Zwischen Neckar und Alb
Corona lässt die Drähte glühen

Notruf Während die Feuerwehren im Kreis Esslingen im Jahr 2020 weniger im Einsatz waren, gab es für die Rettungsdienste mehr Arbeit. Übergriffe auf Helfer nehmen zu. Von Thomas Krytzner

Seit fünf Jahren ist die Integrierte Leitstelle Esslingen (ILSE) in Betrieb. Sechs Mitarbeiter vom Rettungsdienst und zwei von der Feuerwehr nehmen dort Anrufe über die europäische Notrufnummer 112 rund um die Uhr entgegen.

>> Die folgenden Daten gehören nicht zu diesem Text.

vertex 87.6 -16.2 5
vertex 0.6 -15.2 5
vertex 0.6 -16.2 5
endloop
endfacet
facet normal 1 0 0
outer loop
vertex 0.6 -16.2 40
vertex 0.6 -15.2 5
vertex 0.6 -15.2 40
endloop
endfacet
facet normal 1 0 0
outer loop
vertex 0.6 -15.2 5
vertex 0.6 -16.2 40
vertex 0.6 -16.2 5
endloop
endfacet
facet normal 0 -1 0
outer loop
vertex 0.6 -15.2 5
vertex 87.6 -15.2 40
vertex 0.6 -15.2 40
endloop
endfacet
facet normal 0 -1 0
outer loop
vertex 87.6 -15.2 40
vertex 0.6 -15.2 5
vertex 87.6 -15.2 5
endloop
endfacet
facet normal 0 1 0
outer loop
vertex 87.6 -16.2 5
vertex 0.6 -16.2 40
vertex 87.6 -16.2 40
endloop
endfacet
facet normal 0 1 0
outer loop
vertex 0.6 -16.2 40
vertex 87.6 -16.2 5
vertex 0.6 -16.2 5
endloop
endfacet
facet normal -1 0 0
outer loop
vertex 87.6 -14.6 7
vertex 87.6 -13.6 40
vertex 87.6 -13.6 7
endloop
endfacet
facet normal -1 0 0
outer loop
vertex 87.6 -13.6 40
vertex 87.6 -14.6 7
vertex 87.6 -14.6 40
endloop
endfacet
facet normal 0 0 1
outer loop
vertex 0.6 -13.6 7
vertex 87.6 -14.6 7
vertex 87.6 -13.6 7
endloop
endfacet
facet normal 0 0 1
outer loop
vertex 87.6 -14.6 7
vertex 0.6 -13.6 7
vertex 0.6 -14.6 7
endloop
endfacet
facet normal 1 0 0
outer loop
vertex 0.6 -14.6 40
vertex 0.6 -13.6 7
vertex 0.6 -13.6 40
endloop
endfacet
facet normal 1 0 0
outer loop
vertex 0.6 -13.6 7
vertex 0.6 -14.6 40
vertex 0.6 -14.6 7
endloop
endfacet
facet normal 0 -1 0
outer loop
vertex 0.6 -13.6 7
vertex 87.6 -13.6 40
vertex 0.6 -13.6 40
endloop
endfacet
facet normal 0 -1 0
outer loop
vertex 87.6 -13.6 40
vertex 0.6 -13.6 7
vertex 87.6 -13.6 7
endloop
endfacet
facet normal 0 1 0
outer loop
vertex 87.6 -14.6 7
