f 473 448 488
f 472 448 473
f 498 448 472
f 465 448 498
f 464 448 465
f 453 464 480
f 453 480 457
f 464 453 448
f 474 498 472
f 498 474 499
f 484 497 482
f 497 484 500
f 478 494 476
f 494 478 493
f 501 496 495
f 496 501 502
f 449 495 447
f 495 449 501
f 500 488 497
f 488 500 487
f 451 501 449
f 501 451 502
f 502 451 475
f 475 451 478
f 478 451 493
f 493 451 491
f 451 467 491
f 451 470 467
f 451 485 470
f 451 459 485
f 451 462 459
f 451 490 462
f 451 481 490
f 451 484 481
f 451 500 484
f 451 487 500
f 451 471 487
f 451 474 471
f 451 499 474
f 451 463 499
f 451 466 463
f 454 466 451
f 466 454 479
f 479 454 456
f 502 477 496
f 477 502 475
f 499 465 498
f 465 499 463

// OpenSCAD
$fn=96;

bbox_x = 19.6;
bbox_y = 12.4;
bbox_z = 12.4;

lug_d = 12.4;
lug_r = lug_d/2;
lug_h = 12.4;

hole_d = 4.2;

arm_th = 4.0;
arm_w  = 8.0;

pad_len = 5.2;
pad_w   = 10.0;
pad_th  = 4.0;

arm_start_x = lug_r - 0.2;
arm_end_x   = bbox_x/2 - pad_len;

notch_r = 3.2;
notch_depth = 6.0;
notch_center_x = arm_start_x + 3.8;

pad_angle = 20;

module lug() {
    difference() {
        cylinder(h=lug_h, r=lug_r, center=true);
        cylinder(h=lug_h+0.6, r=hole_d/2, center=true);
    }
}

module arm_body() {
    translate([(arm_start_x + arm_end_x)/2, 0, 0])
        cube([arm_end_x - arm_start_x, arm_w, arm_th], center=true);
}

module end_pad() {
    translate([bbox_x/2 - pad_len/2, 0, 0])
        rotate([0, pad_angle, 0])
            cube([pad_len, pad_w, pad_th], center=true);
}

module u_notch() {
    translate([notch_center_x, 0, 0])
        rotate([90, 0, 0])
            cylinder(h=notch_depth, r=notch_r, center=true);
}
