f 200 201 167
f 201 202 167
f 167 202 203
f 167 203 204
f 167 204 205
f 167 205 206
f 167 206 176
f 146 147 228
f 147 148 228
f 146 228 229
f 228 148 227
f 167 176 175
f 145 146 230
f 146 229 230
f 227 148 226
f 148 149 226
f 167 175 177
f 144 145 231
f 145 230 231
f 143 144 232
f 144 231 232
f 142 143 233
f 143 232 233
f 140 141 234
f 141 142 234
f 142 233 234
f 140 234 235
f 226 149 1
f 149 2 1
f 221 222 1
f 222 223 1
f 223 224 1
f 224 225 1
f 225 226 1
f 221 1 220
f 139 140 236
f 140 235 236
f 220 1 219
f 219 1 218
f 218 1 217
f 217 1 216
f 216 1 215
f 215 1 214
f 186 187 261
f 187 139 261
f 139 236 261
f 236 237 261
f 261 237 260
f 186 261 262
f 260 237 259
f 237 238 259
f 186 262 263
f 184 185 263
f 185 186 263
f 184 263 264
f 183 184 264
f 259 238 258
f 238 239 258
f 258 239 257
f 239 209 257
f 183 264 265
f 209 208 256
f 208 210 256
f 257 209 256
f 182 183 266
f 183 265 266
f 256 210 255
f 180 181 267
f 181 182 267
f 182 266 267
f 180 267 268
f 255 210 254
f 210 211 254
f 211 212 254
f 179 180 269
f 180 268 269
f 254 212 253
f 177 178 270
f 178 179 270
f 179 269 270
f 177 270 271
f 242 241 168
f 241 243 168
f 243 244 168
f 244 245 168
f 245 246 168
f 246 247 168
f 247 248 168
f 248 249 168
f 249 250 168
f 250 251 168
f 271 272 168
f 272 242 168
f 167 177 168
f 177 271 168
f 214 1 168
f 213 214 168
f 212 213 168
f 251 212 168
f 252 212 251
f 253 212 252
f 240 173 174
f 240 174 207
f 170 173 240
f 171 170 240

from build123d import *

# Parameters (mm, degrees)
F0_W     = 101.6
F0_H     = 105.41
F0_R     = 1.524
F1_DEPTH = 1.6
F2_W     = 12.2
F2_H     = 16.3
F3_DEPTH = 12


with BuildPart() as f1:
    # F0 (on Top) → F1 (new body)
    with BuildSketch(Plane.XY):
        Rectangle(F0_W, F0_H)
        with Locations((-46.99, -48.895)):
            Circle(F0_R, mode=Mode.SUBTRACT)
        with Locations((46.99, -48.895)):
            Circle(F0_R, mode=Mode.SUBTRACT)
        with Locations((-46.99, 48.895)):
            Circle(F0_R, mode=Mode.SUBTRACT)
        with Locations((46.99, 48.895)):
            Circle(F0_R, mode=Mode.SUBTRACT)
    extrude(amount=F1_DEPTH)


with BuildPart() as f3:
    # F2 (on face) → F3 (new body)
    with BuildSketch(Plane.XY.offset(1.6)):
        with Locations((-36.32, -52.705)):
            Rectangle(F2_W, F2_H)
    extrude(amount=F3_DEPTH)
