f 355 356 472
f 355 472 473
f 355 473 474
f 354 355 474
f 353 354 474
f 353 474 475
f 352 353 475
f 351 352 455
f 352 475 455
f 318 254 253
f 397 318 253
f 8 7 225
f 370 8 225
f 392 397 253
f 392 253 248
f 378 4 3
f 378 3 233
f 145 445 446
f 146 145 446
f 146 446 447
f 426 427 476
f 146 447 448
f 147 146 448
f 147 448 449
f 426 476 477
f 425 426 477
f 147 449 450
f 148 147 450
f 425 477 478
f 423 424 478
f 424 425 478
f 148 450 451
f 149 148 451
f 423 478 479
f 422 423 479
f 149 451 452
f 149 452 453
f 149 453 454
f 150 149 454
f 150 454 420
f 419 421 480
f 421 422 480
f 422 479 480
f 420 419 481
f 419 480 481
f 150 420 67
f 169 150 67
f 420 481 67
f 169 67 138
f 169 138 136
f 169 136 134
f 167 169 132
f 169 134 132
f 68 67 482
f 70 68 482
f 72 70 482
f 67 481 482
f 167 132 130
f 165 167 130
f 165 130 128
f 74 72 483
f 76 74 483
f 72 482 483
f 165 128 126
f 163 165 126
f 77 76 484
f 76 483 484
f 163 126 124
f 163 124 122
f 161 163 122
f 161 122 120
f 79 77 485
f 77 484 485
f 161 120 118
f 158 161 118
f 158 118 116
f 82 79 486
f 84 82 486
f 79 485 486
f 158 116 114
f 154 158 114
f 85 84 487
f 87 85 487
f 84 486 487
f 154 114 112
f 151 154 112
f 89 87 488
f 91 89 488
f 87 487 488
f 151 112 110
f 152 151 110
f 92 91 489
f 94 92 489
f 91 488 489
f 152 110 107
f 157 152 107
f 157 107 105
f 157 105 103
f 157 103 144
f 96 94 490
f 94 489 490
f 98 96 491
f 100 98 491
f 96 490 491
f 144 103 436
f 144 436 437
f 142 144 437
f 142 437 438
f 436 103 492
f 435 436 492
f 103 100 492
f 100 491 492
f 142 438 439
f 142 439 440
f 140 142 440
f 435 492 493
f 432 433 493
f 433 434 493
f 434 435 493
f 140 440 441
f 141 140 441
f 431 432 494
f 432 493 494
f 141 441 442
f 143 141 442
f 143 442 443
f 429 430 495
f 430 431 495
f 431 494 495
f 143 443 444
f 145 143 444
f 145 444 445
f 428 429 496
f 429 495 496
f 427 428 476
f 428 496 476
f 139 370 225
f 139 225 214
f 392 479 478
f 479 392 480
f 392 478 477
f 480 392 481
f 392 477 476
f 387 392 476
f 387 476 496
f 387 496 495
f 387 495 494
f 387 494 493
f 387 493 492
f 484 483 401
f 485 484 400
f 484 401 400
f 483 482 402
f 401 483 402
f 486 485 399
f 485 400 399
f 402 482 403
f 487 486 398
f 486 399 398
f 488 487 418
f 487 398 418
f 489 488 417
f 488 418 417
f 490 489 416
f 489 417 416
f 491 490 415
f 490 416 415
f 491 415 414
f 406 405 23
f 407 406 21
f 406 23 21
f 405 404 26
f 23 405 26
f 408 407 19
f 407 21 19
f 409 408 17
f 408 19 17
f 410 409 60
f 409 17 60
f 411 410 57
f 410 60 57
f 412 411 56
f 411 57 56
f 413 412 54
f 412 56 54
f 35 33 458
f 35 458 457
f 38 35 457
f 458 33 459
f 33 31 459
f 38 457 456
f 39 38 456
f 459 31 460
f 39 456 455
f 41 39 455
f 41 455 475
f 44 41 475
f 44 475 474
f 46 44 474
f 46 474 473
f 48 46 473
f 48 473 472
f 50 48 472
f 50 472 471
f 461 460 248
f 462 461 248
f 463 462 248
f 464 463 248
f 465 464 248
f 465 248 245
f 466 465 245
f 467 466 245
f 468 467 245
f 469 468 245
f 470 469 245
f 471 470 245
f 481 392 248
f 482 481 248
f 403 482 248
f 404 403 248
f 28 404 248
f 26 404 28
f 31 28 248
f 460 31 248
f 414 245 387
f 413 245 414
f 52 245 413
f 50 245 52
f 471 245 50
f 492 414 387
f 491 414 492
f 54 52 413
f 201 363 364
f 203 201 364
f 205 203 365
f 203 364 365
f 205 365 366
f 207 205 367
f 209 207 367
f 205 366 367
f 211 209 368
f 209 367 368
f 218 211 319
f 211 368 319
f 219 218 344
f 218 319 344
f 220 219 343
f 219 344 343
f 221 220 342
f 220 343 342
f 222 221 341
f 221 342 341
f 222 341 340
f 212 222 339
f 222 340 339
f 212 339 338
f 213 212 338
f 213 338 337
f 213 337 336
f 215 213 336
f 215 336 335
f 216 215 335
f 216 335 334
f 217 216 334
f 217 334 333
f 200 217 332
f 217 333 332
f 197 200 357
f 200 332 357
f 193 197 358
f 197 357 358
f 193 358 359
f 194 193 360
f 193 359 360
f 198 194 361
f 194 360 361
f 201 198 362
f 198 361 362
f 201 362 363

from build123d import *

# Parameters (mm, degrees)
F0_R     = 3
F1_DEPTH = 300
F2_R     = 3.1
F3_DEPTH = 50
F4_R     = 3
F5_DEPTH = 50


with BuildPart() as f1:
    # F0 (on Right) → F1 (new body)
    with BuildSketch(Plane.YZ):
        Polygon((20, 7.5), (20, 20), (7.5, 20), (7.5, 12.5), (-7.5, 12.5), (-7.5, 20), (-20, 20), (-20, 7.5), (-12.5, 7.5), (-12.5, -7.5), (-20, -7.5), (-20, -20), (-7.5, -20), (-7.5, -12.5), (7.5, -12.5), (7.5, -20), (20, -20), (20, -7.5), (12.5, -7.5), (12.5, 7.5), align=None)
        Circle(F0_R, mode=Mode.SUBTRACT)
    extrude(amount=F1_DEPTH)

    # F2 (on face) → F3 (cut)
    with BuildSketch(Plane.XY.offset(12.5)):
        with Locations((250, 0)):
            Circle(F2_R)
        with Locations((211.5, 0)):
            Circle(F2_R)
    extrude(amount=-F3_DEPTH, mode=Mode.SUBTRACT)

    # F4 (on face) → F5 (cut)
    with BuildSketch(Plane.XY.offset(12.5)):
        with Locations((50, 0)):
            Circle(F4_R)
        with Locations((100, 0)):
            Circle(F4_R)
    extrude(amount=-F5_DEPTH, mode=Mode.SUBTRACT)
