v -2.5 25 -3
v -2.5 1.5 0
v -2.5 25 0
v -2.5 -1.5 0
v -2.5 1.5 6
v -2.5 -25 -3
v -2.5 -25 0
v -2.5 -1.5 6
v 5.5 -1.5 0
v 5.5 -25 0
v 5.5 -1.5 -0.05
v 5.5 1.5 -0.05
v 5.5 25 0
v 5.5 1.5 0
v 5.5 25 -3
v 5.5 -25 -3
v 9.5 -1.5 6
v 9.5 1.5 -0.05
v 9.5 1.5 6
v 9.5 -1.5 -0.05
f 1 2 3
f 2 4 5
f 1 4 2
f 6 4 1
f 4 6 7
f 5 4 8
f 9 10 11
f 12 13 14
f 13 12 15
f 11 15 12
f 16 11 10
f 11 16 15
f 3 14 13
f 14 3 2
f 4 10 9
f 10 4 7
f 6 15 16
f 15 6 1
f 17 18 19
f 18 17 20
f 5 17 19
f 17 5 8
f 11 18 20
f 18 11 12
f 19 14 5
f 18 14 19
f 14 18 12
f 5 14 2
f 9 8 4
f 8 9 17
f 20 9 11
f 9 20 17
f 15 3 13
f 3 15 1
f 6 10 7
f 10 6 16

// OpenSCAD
translate([0,106.0,-10.5]) intersection() {
multmatrix([[0, 0, 1, -2.5], [0, 1, 0, 0], [-1, 0, 0, 0], [0, 0, 0, 1]]) { 
// Archived geometry from ../validation_v7_shorter_beams/previous_current/parts/oobb_organization_storage_drawer_unit_rectangle_100_ml_tamper_evident_systempak_209_container_2_column_2_row_ai_version_7_style_unit_2_wide_2_tall/snap_beam.scad
$fn = 50;

difference() {
	union() {
		translate(v = [0, 0, 0]) {
			rotate(a = [0, 0, 0]) {
				difference() {
					union() {
						translate(v = [0, 0, 2.5]) {
							rotate(a = [0, -90, 0]) {
								difference() {
									union() {
										translate(v = [0, 0, 0]) {
											rotate(a = [0, 0, 0]) {
												difference() {
													union() {
														translate(v = [-2.5, 0, 2.5]) {
															rotate(a = [0, 90.0, 0]) {
																difference() {
																	union() {
																		translate(v = [0, 0, 0]) {
																			rotate(a = [0, 0, 0]) {
																				difference() {
																					union() {
																						translate(v = [0, 0, 0]) {
																							rotate(a = [0, 0, 0]) {
																								difference() {
																									union() {
																										translate(v = [-5.5, -12.0, 0]) {
																											cube(size = [11.0, 20.4, 5.0]);
																										}
																									}
																									union() {
																										translate(v = [0, 0, -0.1]) {
																											linear_extrude(height = 5.2) {
																												polygon(points = [[-2.4, 0], [-2.4, 6.25], [-3.8, 6.1], [-3.8, 6.8999999999999995], [-2.4, 8.299999999999999], [-2.4, 9.399999999999999], [-5.7, 9.399999999999999], [-5.7, 0]]);
																											}
																										}
																										translate(v = [0, 0, -0.1]) {
																											linear_extrude(height = 5.2) {
																												polygon(points = [[-2.35, -4.5], [-2.35, -4.3875], [-2.35, -4.275], [-2.35, -4.1625], [-2.35, -4.05], [-2.35, -3.9375], [-2.35, -3.825], [-2.35, -3.7125], [-2.35, -3.6], [-2.35, -3.4875], [-2.35, -3.375], [-2.35, -3.2625], [-2.35, -3.15], [-2.35, -3.0375], [-2.35, -2.925], [-2.35, -2.8125], [-2.35, -2.7], [-2.35, -2.5875], [-2.35, -2.475], [-2.35, -2.3625], [-2.35, -2.25], [-2.35, -2.1375], [-2.35, -2.025], [-2.35, -1.9125], [-2.35, -1.7999999999999998], [-2.35, -1.6875], [-2.35, -1.5750000000000002], [-2.35, -1.4625], [-2.35, -1.35], [-2.35, -1.2374999999999998], [-2.35, -1.125], [-2.35, -1.0125000000000002], [-2.35, -0.8999999999999999], [-2.35, -0.7875000000000001], [-2.35, -0.6749999999999998], [-2.35, -0.5625], [-2.35, -0.4500000000000002], [-2.35, -0.33750000000000036], [-2.35, -0.22499999999999964], [-2.35, -0.11249999999999982], [-2.35, 0.0], [-2.35, 0.1], [-3.4, 0.1], [-3.4, -4.5]]);
																											}
																										}
																										translate(v = [-2.875, -4.475, -0.1]) {
																											cylinder(h = 5.2, r = 0.55);
																										}
																										translate(v = [0, 0, -0.1]) {
																											linear_extrude(height = 5.2) {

Die Corona-Pandemie wirkte sich im vergangenen Jahr auch auf die Anzahl und vor allem die Art der Einsätze von Feuerwehr und Rettungsdienst aus.

Wie Kreisbrandmeister Bernhard Dittrich erklärt, nahmen zahlenmäßig die Brandeinsätze im vergangenen Jahr zu. Musste die Feuerwehr im Jahr 2019 noch 677 Mal zu Bränden ausrücken, waren es letztes Jahr 712 Einsätze. „Die Bürger waren viel mehr zu Hause, deshalb gab es mehr Kleinbrände“, vermutet Bernhard Dittrich. Positiv: Dadurch konnten mittelgroße Brände verhindert werden. Einen deutlichen Rückgang gab es auch bei den technischen Hilfeleis­tungen: Rückte die Feuerwehr im Jahr 2019 noch zu 2532 Einsätzen - meist auf die Autobahn - aus, waren es im Folgejahr rund 20 Prozent weniger. Bernhard Dittrich erklärt: „Auf den Straßen war im vergangenen Jahr deutlich weniger los.“ Insgesamt gab es für die Feuerwehrangehörigen somit weniger Einsätze. Auch Fehlalarme gingen zurück. Dies führt Dittrich auf weniger Produktion in der Industrie zurück.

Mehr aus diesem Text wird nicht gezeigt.